Earth Hour - a token gesture at best - doesn't mean much in a country rolled over by blackouts. Having lost 20% of its capacity, TEPCO is running dangerously near its maximum output and has asked for the public to curtail its electricity consumption. For their part, the Japanese have dutifully & promptly complied: tights belts are the new black. This new trend of collective restraint is the upside of that hive-mind passivity that recently emptied supermarket shelves and often drives type-A expats off their hinge.
I personally suspect the electricity deficit could be addressed merely by shutting down all the damned pachinko parlours. But otherwise, the obvious first sacrifice is Tokyo's famous forest of neon signs. A week ago, my band drove the width of the city coming back from a gig, and from the Edo river through to Shinjuku, Tokyo was a literal shadow of its former self. Friday nights are usually a parade of packed taxis jamming streets lined with sloppy drunks under a technicolour canopy; instead, we sped through a chaioscuro landscape haunted by the odd straggler searching for cabs that were all idling outside dimmed train stations.

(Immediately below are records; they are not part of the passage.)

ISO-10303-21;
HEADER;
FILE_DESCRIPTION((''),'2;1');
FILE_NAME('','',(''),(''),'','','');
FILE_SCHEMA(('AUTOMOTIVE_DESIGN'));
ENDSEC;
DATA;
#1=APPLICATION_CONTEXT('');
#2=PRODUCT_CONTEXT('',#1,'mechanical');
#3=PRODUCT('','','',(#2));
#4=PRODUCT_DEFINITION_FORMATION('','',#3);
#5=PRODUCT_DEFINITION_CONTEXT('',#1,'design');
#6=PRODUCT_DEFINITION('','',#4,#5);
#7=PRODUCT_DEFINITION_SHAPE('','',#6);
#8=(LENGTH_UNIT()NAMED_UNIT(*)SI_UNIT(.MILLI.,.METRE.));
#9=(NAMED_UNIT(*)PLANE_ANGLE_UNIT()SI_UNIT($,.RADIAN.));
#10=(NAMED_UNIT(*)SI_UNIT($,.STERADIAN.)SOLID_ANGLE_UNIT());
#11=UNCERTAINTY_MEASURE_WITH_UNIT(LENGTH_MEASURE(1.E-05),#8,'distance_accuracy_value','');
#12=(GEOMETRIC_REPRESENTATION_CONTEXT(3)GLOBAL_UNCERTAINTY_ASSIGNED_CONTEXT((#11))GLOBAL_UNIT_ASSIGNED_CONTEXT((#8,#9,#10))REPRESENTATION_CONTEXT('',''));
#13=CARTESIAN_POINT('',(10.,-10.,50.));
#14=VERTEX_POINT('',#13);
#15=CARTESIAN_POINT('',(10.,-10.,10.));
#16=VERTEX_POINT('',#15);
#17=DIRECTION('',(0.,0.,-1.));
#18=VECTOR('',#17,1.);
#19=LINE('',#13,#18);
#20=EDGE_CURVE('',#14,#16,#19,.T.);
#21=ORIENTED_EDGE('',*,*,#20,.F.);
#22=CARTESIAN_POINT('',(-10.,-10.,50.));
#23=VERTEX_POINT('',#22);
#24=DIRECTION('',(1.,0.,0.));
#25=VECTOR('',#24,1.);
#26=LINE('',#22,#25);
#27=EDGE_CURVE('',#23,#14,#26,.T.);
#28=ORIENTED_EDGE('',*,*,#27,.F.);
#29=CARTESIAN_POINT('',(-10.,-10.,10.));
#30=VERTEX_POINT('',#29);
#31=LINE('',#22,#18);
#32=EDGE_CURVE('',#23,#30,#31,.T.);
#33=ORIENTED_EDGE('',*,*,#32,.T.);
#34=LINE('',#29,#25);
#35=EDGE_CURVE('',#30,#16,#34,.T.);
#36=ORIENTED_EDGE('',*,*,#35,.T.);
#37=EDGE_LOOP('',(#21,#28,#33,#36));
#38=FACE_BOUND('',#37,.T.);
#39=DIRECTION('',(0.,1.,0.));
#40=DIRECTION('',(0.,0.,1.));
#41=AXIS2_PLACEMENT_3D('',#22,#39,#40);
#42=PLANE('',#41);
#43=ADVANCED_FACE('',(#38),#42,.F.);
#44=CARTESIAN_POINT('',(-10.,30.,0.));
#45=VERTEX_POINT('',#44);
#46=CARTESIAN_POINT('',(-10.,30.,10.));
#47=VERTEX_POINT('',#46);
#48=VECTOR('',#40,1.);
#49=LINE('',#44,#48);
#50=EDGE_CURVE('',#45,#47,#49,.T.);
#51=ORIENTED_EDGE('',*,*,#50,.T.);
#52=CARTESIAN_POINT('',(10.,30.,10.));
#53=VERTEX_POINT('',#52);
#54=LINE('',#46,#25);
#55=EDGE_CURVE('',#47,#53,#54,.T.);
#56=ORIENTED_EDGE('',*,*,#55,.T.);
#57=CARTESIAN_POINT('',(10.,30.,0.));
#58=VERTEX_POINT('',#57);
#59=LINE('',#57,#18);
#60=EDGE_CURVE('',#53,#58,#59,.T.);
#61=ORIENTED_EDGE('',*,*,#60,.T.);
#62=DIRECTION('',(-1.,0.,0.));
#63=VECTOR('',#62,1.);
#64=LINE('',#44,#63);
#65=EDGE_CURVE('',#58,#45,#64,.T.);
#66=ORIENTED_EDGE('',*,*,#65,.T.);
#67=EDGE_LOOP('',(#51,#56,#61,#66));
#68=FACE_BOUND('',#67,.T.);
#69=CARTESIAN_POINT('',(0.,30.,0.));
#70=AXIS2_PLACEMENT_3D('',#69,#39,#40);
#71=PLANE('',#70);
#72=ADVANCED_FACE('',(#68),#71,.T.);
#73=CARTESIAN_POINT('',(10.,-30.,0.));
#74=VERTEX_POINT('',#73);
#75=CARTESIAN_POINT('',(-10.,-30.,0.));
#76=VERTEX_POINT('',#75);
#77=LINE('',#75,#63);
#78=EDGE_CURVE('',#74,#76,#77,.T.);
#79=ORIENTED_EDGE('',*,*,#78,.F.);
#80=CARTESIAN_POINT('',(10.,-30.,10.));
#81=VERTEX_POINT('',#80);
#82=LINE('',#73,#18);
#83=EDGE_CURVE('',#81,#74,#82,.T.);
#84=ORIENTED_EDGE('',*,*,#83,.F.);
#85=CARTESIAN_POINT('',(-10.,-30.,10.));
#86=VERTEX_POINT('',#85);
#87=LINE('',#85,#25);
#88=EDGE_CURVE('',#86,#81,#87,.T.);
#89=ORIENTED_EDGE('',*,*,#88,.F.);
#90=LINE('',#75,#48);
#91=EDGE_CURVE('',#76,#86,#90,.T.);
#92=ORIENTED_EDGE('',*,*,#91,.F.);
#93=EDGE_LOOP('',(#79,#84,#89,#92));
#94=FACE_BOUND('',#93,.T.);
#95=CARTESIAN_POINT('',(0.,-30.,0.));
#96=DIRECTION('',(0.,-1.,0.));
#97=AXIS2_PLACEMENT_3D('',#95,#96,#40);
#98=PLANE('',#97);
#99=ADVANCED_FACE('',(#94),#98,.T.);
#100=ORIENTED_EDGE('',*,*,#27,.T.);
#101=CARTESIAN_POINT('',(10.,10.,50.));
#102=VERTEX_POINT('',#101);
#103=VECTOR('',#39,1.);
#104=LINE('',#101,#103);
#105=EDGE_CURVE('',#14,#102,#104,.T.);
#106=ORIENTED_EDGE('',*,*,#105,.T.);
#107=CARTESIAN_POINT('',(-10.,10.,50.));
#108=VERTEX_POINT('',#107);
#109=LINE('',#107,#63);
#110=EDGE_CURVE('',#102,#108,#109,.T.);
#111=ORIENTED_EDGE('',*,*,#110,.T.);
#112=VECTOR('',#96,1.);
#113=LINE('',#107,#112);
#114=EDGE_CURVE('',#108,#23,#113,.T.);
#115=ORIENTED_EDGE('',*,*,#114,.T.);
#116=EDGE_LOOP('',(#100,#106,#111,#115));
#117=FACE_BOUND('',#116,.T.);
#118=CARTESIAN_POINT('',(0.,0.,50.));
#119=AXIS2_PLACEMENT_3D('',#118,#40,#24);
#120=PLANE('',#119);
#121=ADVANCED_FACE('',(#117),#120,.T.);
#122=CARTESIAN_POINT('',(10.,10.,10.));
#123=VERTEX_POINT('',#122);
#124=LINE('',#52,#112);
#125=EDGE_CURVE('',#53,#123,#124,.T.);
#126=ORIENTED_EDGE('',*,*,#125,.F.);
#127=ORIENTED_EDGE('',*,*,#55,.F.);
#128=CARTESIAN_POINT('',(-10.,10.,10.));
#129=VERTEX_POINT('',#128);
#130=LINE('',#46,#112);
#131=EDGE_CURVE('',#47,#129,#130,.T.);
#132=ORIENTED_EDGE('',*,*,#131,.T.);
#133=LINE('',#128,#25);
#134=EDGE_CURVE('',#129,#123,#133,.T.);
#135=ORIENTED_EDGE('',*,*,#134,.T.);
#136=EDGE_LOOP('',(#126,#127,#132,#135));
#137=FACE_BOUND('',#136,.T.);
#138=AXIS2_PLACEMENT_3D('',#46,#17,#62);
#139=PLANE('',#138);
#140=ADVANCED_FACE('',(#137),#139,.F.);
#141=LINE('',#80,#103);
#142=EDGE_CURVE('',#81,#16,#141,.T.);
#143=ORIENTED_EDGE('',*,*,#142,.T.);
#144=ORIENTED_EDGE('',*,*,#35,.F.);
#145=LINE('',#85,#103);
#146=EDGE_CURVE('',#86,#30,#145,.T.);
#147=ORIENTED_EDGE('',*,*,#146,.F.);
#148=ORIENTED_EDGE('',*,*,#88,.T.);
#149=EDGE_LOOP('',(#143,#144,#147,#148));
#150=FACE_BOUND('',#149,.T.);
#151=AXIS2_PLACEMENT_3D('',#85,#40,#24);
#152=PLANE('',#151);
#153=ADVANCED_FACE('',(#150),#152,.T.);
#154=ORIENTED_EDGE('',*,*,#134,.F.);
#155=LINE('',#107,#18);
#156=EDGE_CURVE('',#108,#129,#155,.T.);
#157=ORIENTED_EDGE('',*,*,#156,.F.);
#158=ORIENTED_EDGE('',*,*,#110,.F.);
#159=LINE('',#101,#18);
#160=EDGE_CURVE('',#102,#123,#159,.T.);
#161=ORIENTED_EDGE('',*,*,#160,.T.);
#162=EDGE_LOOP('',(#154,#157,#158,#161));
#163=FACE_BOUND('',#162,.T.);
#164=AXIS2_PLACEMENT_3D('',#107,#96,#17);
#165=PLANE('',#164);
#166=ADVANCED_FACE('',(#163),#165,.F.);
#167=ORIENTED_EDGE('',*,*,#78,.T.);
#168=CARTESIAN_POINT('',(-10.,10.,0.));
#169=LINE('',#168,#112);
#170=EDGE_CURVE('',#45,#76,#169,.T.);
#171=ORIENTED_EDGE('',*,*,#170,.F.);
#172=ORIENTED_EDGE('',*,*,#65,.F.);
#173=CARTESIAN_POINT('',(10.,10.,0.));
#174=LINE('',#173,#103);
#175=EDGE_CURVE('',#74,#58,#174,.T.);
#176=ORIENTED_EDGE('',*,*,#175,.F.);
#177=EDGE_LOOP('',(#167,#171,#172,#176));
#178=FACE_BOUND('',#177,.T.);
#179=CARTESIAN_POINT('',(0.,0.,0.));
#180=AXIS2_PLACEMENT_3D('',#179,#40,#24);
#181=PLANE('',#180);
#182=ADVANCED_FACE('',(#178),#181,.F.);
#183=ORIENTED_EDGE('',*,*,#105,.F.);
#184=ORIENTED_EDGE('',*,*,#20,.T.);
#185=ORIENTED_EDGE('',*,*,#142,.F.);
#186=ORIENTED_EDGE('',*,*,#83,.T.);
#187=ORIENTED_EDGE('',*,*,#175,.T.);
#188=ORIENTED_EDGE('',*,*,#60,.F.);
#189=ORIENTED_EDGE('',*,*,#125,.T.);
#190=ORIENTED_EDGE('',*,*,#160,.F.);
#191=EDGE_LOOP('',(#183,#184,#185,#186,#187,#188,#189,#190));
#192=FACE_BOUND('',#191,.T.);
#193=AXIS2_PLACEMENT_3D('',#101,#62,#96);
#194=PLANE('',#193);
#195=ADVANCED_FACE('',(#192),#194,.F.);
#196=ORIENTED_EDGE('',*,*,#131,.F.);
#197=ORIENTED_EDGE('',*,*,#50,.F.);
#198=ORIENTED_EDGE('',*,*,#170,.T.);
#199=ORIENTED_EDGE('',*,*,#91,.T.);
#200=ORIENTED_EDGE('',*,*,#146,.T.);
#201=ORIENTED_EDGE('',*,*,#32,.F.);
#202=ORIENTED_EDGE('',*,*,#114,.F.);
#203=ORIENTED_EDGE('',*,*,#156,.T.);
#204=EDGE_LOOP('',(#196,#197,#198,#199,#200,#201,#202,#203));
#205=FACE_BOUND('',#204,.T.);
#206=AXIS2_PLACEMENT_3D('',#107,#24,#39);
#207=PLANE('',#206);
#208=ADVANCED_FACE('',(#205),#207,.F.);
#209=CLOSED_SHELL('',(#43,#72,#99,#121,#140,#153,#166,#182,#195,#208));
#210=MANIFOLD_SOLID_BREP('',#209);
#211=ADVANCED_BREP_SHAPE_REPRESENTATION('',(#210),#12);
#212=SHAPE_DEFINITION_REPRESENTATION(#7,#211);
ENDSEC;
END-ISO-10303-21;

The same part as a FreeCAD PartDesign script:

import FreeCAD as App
import Part
import Sketcher
from FreeCAD import Vector


def add_polygon(sketch, points):
    """Adds a closed chain of lines whose ends are joined by coincident constraints."""
    first, n = sketch.GeometryCount, len(points)
    for a, b in zip(points, points[1:] + points[:1]):
        sketch.addGeometry(Part.LineSegment(App.Vector(*a, 0), App.Vector(*b, 0)), False)
    for i in range(n):
        sketch.addConstraint(Sketcher.Constraint("Coincident", first + i, 2, first + (i + 1) % n, 1))

doc = App.newDocument("Part")
body = doc.addObject("PartDesign::Body", "Body")

# Sketch on XY plane
sketch1 = body.newObject("Sketcher::SketchObject", "Sketch")
sketch1.AttachmentSupport = (doc.getObject("XY_Plane"), [""])
sketch1.MapMode = "FlatFace"
add_polygon(sketch1, [(-10, 10), (-10, -10), (10, -10), (10, 10)])  # lines 0-3
sketch1.addConstraint([
    Sketcher.Constraint("Vertical", 0),
    Sketcher.Constraint("Horizontal", 1),
    Sketcher.Constraint("Vertical", 2),
    Sketcher.Constraint("Horizontal", 3),
    Sketcher.Constraint("Symmetric", 0, 2, 2, 2, -1, 1),
    Sketcher.Constraint("Equal", 3, 0),
    Sketcher.Constraint("DistanceX", 1, 1, 1, 2, 20.0),
])
pad1 = body.newObject("PartDesign::Pad", "Pad")
pad1.Profile = sketch1
pad1.Length = 50

# Sketch on XZ plane
sketch2 = body.newObject("Sketcher::SketchObject", "Sketch001")
sketch2.AttachmentSupport = (doc.getObject("XZ_Plane"), [""])
sketch2.MapMode = "FlatFace"
sketch2.AttachmentOffset = App.Placement(Vector(0, 0, -10), App.Rotation())
add_polygon(sketch2, [(-10, 0), (-10, 10), (10, 10), (10, 0)])  # lines 0-3
sketch2.addConstraint([
    Sketcher.Constraint("Vertical", 0),
    Sketcher.Constraint("Horizontal", 1),
    Sketcher.Constraint("Vertical", 2),
    Sketcher.Constraint("Horizontal", 3),
    Sketcher.Constraint("Symmetric", 2, 2, 3, 2, -1, 1),
    Sketcher.Constraint("DistanceX", 1, 1, 1, 2, 20.0),
    Sketcher.Constraint("DistanceY", 0, 1, 0, 2, 10.0),
])
pad2 = body.newObject("PartDesign::Pad", "Pad001")
pad2.Profile = sketch2
pad2.Length = 20
pad2.Reversed = True
doc.recompute()

mirrored = body.newObject("PartDesign::Mirrored", "Mirrored")
mirrored.Originals = [pad2]
mirrored.MirrorPlane = (doc.getObject("XZ_Plane"), [""])
body.Tip = mirrored

doc.recompute()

The hostile loneliness reminded me of the grim, grimy New York immortalized in After Hours or Night On Earth.
(Lest I be accused of bathos, let me refine the above description: Tokyo now looks less like Blade Runner on MDMA and more like... well, just any other city on the planet.)
Having shaken off the initial shock, we're starting to understand the medium- and long-term consequences of the disaster: the global consumer economy has been gut-punched by the disruption of Japanese manufacturing, and imports & exports will be unsteady until the Daiichi plant is solidly entombed in cement. Both of the above have direct consequences for those of us in Japan physically unscathed by the catastrophe: no beer and no new iPhone! The horror... the horror...
But this is where my general pessimism pays off. Should the patina of modern convenience completely peel and flake away, I'm ready. I've been anticipating the day when the lights go out and supermarket shelves are stripped bare since I first saw Mad Max. No tears or rending of garments from me, 'cuz son, it's go-time!
I want to be clear about the cut between pessimism & cynicism. I haven't spent my adult life glumly awaiting Armageddon because it's all fucked anyway - that is the joyless slouch of the cynic. My pessimism sits somewhere between Shöpenhauer's and Nouriel Roubini's: those of us lucky enough to inhabit the best possible part of this worst-possible world ought to enjoy it because it's too good to last forever. Every time I set out across this city, I'm filled with a marvelous hilarity. Should I ever have grandkids, how will possibly describe the lunatic animation of this place to them?
During the drive home with my bandmates last week, we had an amusing epiphany. Our singer had titled two songs - both written last year - "Plutonium" and "Atomic Age", the latter of which contains the couplet "I don't wanna meltdown/But this is really happening." Barely two years into his career as a language-mangling frontman and he's already giving Mark E. Smith a run for his money as rock's preeminent psychic. The drummer immediately demanded the singer start writing some happier goddamned songs before he kills us all.
It's been good to get back to gigging. Aside from restoring a sense of regular purpose, it kills the solitary paranoia of disaster to see friends and swap where-were-you-when stories. Next week, we're off to Hokkaido for a run of shows across Japan's northernmost isle. Nothing like a short vacation from the capitol to clean off the cold sweat & fear-spun cobwebs of the past three weeks.
But now another potential casualty of the disaster could be Japan's live music circuit. Not only have dozens of foreign acts (who bring in the big money) canceled their Japanese tours, but rolling blackouts pose a clear danger to the functional existence of many venues. In the interest of keeping the ecosystem healthy, we're overloading our live schedule. By playing the same city three times in two weeks, sure, we may split our audience for any given show three ways, but better to draw one-third of our audience each to three different venues than pack one club while leaving two others to languish.
This past Monday, I played an improv gig with Uozu, guitarist for hardcore abstractionists (and my favourite band in Japan) Z. This was only our second excursion into quadramplified chaos under the clunky moniker UOZEB, and though it was a hell of a lot of fun, I couldn't hear myself play a damned note all evening. This may have been because we were augmented by a guest drummer & violinist (who ran through more effects pedals than I did). Bedlam at 120 decibels, but all for a good cause: I recorded the show, and as soon as it's mastered, it'll be available as a paid download with all proceeds going towards the Tohoku relief effort. I'll have it all linked up here as soon as possible.
See you on the other side of next week, and meanwhile - stay outta Hong Kong.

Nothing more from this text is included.